GuwenBERT Base Model
Property | Value |
---|---|
License | Apache-2.0 |
Architecture | RoBERTa |
Training Data | 1.7B Classical Chinese Characters |
Vocabulary Size | 23,292 tokens |
What is guwenbert-base?
GuwenBERT is a specialized language model designed specifically for processing Classical Chinese texts. Built on the RoBERTa architecture, it has been extensively pre-trained on the daizhige dataset, comprising 15,694 ancient Chinese books covering diverse topics including Buddhism, Confucianism, Medicine, and History.
Implementation Details
The model employs a unique two-step training strategy, initialized from the chinese-roberta-wwm-ext base. Training was conducted on 4 V100 GPUs for 120K steps, using a batch size of 2,048 and sequence length of 512. The model features an Adam optimizer with a 2e-4 learning rate and 5K warmup steps.
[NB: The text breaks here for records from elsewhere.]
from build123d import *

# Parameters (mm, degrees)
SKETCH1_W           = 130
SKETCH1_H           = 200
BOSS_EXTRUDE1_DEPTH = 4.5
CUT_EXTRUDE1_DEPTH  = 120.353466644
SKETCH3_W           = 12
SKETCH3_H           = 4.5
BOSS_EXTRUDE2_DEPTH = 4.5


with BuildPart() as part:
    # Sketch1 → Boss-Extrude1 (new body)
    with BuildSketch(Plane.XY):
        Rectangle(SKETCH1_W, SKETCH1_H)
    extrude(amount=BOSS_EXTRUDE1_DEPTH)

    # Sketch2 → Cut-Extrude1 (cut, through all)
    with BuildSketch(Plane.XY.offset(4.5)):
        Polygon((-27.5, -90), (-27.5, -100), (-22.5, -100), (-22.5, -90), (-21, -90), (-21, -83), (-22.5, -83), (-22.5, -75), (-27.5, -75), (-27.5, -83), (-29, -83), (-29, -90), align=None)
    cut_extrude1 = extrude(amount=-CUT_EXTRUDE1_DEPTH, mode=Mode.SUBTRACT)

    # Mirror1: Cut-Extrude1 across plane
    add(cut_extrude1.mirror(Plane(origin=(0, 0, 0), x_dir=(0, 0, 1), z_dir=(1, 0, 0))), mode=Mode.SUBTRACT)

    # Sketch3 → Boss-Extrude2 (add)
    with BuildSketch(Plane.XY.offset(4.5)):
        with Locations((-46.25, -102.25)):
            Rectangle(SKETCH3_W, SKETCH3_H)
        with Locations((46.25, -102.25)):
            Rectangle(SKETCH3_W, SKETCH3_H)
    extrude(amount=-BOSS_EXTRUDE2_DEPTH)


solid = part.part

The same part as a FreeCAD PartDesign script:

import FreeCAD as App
import Part
import Sketcher
from FreeCAD import Vector
Q = App.Units.Quantity

doc = App.newDocument("Part")
body = doc.addObject("PartDesign::Body", "Body")

# Sketch on XY plane
sketch1 = doc.addObject("Sketcher::SketchObject", "Sketch")
body.addObject(sketch1)
sketch1.AttachmentSupport = (doc.XY_Plane, [""])
sketch1.MapMode = "FlatFace"
sketch1.addGeometry([
    Part.LineSegment(Vector(-65, 100, 0), Vector(-65, -100, 0)),
    Part.LineSegment(Vector(-65, -100, 0), Vector(65, -100, 0)),
    Part.LineSegment(Vector(65, -100, 0), Vector(65, 100, 0)),
    Part.LineSegment(Vector(65, 100, 0), Vector(-65, 100, 0)),
], False)
sketch1.addConstraint([
    Sketcher.Constraint("Coincident", 0, 2, 1, 1),
    Sketcher.Constraint("Coincident", 1, 2, 2, 1),
    Sketcher.Constraint("Coincident", 2, 2, 3, 1),
    Sketcher.Constraint("Coincident", 3, 2, 0, 1),
    Sketcher.Constraint("Vertical", 0),
    Sketcher.Constraint("Horizontal", 1),
    Sketcher.Constraint("Vertical", 2),
    Sketcher.Constraint("Horizontal", 3),
    Sketcher.Constraint("Symmetric", 0, 2, 2, 2, -1, 1),
    Sketcher.Constraint("DistanceX", 1, 1, 1, 2, Q("130 mm")),
    Sketcher.Constraint("DistanceY", 0, 2, 0, 1, Q("200 mm")),
])
pad1 = doc.addObject("PartDesign::Pad", "Pad")
body.addObject(pad1)
pad1.Profile = sketch1
pad1.Length = 4.5

# Sketch on XY plane
sketch2 = doc.addObject("Sketcher::SketchObject", "Sketch001")
body.addObject(sketch2)
sketch2.AttachmentSupport = (doc.XY_Plane, [""])
sketch2.MapMode = "FlatFace"
sketch2.AttachmentOffset = App.Placement(Vector(0, 0, 4.5), App.Rotation())
sketch2.addGeometry([
    Part.LineSegment(Vector(-27.5, -90, 0), Vector(-27.5, -100, 0)),  # 0
    Part.LineSegment(Vector(-27.5, -100, 0), Vector(-22.5, -100, 0)),  # 1
    Part.LineSegment(Vector(-22.5, -100, 0), Vector(-22.5, -90, 0)),  # 2
    Part.LineSegment(Vector(-22.5, -90, 0), Vector(-21, -90, 0)),  # 3
    Part.LineSegment(Vector(-21, -90, 0), Vector(-21, -83, 0)),  # 4
    Part.LineSegment(Vector(-21, -83, 0), Vector(-22.5, -83, 0)),  # 5
    Part.LineSegment(Vector(-22.5, -83, 0), Vector(-22.5, -75, 0)),  # 6
    Part.LineSegment(Vector(-22.5, -75, 0), Vector(-27.5, -75, 0)),  # 7
    Part.LineSegment(Vector(-27.5, -75, 0), Vector(-27.5, -83, 0)),  # 8
    Part.LineSegment(Vector(-27.5, -83, 0), Vector(-29, -83, 0)),  # 9
    Part.LineSegment(Vector(-29, -83, 0), Vector(-29, -90, 0)),  # 10
    Part.LineSegment(Vector(-29, -90, 0), Vector(-27.5, -90, 0)),  # 11
], False)
sketch2.addConstraint([
    Sketcher.Constraint("Coincident", 0, 2, 1, 1),
    Sketcher.Constraint("Coincident", 1, 2, 2, 1),
    Sketcher.Constraint("Coincident", 2, 2, 3, 1),
    Sketcher.Constraint("Coincident", 3, 2, 4, 1),
    Sketcher.Constraint("Coincident", 4, 2, 5, 1),
    Sketcher.Constraint("Coincident", 5, 2, 6, 1),
    Sketcher.Constraint("Coincident", 6, 2, 7, 1),
    Sketcher.Constraint("Coincident", 7, 2, 8, 1),
    Sketcher.Constraint("Coincident", 8, 2, 9, 1),
    Sketcher.Constraint("Coincident", 9, 2, 10, 1),
    Sketcher.Constraint("Coincident", 10, 2, 11, 1),
    Sketcher.Constraint("Coincident", 11, 2, 0, 1),
    Sketcher.Constraint("Vertical", 0),
    Sketcher.Constraint("Horizontal", 1),
    Sketcher.Constraint("Vertical", 2),
    Sketcher.Constraint("Horizontal", 3),
    Sketcher.Constraint("Vertical", 4),
    Sketcher.Constraint("Horizontal", 5),
    Sketcher.Constraint("Vertical", 6),
    Sketcher.Constraint("Horizontal", 7),
    Sketcher.Constraint("Vertical", 8),
    Sketcher.Constraint("Horizontal", 9),
    Sketcher.Constraint("Vertical", 10),
    Sketcher.Constraint("Horizontal", 11),
    Sketcher.Constraint("Horizontal", 5, 2, 8, 2),
    Sketcher.Constraint("Horizontal", 3, 2, 10, 2),
    Sketcher.Constraint("Vertical", 2, 2, 5, 2),
    Sketcher.Constraint("Vertical", 0, 2, 7, 2),
    Sketcher.Constraint("Equal", 5, 9),
    Sketcher.Constraint("DistanceX", 1, 1, 1, 2, Q("5 mm")),
    Sketcher.Constraint("DistanceY", 0, 2, 0, 1, Q("10 mm")),
    Sketcher.Constraint("DistanceY", 4, 1, 4, 2, Q("7 mm")),
    Sketcher.Constraint("DistanceY", 6, 1, 6, 2, Q("8 mm")),
    Sketcher.Constraint("DistanceX", 3, 1, 3, 2, Q("1.5 mm")),
    Sketcher.Constraint("DistanceY", 0, 2, -1, 1, Q("100 mm")),
    Sketcher.Constraint("DistanceX", 3, 2, -1, 1, Q("21 mm")),
])
pocket1 = doc.addObject("PartDesign::Pocket", "Pocket")
body.addObject(pocket1)
pocket1.Profile = sketch2
pocket1.Type = "ThroughAll"
doc.recompute()

mirrored = doc.addObject("PartDesign::Mirrored", "Mirrored")
body.addObject(mirrored)
mirrored.Originals = [pocket1]
mirrored.MirrorPlane = (doc.YZ_Plane, [""])
body.Tip = mirrored

# Sketch on XY plane
sketch3 = doc.addObject("Sketcher::SketchObject", "Sketch002")
body.addObject(sketch3)
sketch3.AttachmentSupport = (doc.XY_Plane, [""])
sketch3.MapMode = "FlatFace"
sketch3.AttachmentOffset = App.Placement(Vector(0, 0, 4.5), App.Rotation())
sketch3.addGeometry([
    Part.LineSegment(Vector(-52.25, -100, 0), Vector(-52.25, -104.5, 0)),  # 0
    Part.LineSegment(Vector(-52.25, -104.5, 0), Vector(-40.25, -104.5, 0)),  # 1
    Part.LineSegment(Vector(-40.25, -104.5, 0), Vector(-40.25, -100, 0)),  # 2
    Part.LineSegment(Vector(-40.25, -100, 0), Vector(-52.25, -100, 0)),  # 3
    Part.LineSegment(Vector(40.25, -100, 0), Vector(40.25, -104.5, 0)),  # 4
    Part.LineSegment(Vector(40.25, -104.5, 0), Vector(52.25, -104.5, 0)),  # 5
    Part.LineSegment(Vector(52.25, -104.5, 0), Vector(52.25, -100, 0)),  # 6
    Part.LineSegment(Vector(52.25, -100, 0), Vector(40.25, -100, 0)),  # 7
], False)
sketch3.addConstraint([
    Sketcher.Constraint("Coincident", 0, 2, 1, 1),
    Sketcher.Constraint("Coincident", 1, 2, 2, 1),
    Sketcher.Constraint("Coincident", 2, 2, 3, 1),
    Sketcher.Constraint("Coincident", 3, 2, 0, 1),
    Sketcher.Constraint("Coincident", 4, 2, 5, 1),
    Sketcher.Constraint("Coincident", 5, 2, 6, 1),
    Sketcher.Constraint("Coincident", 6, 2, 7, 1),
    Sketcher.Constraint("Coincident", 7, 2, 4, 1),
    Sketcher.Constraint("Vertical", 0),
    Sketcher.Constraint("Horizontal", 1),
    Sketcher.Constraint("Vertical", 2),
    Sketcher.Constraint("Horizontal", 3),
    Sketcher.Constraint("Vertical", 4),
    Sketcher.Constraint("Horizontal", 5),
    Sketcher.Constraint("Vertical", 6),
    Sketcher.Constraint("Horizontal", 7),
    Sketcher.Constraint("Symmetric", 1, 2, 4, 2, -2),
    Sketcher.Constraint("Symmetric", 3, 2, 6, 2, -2),
    Sketcher.Constraint("DistanceX", 1, 1, 1, 2, Q("12 mm")),
    Sketcher.Constraint("DistanceY", 0, 2, 0, 1, Q("4.5 mm")),
    Sketcher.Constraint("DistanceY", 2, 2, -1, 1, Q("100 mm")),
    Sketcher.Constraint("DistanceX", 1, 2, 4, 2, Q("80.5 mm")),
])
pad2 = doc.addObject("PartDesign::Pad", "Pad001")
body.addObject(pad2)
pad2.Profile = sketch3
pad2.Length = 4.5
pad2.Reversed = True

doc.recompute()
- Comprehensive vocabulary of 23,292 tokens
- Trained on 1.7B classical Chinese characters
- 76% of training data is punctuated
- Converts traditional to simplified characters
Core Capabilities
- Named Entity Recognition for ancient texts
- Fill-mask prediction for Classical Chinese
- Sentence breaking and punctuation
- Achieves 84.63% F1 score in NER tasks
Frequently Asked Questions
Q: What makes this model unique?
GuwenBERT's distinctive feature is its specialization in Classical Chinese text processing, trained on an extensive corpus of ancient texts spanning multiple domains. Its two-step training strategy ensures optimal performance for classical text understanding.
Q: What are the recommended use cases?
The model excels in tasks related to Classical Chinese text processing, including named entity recognition (particularly for book names and other proper nouns), text completion, and automated punctuation. It's particularly valuable for digital humanities and historical text analysis.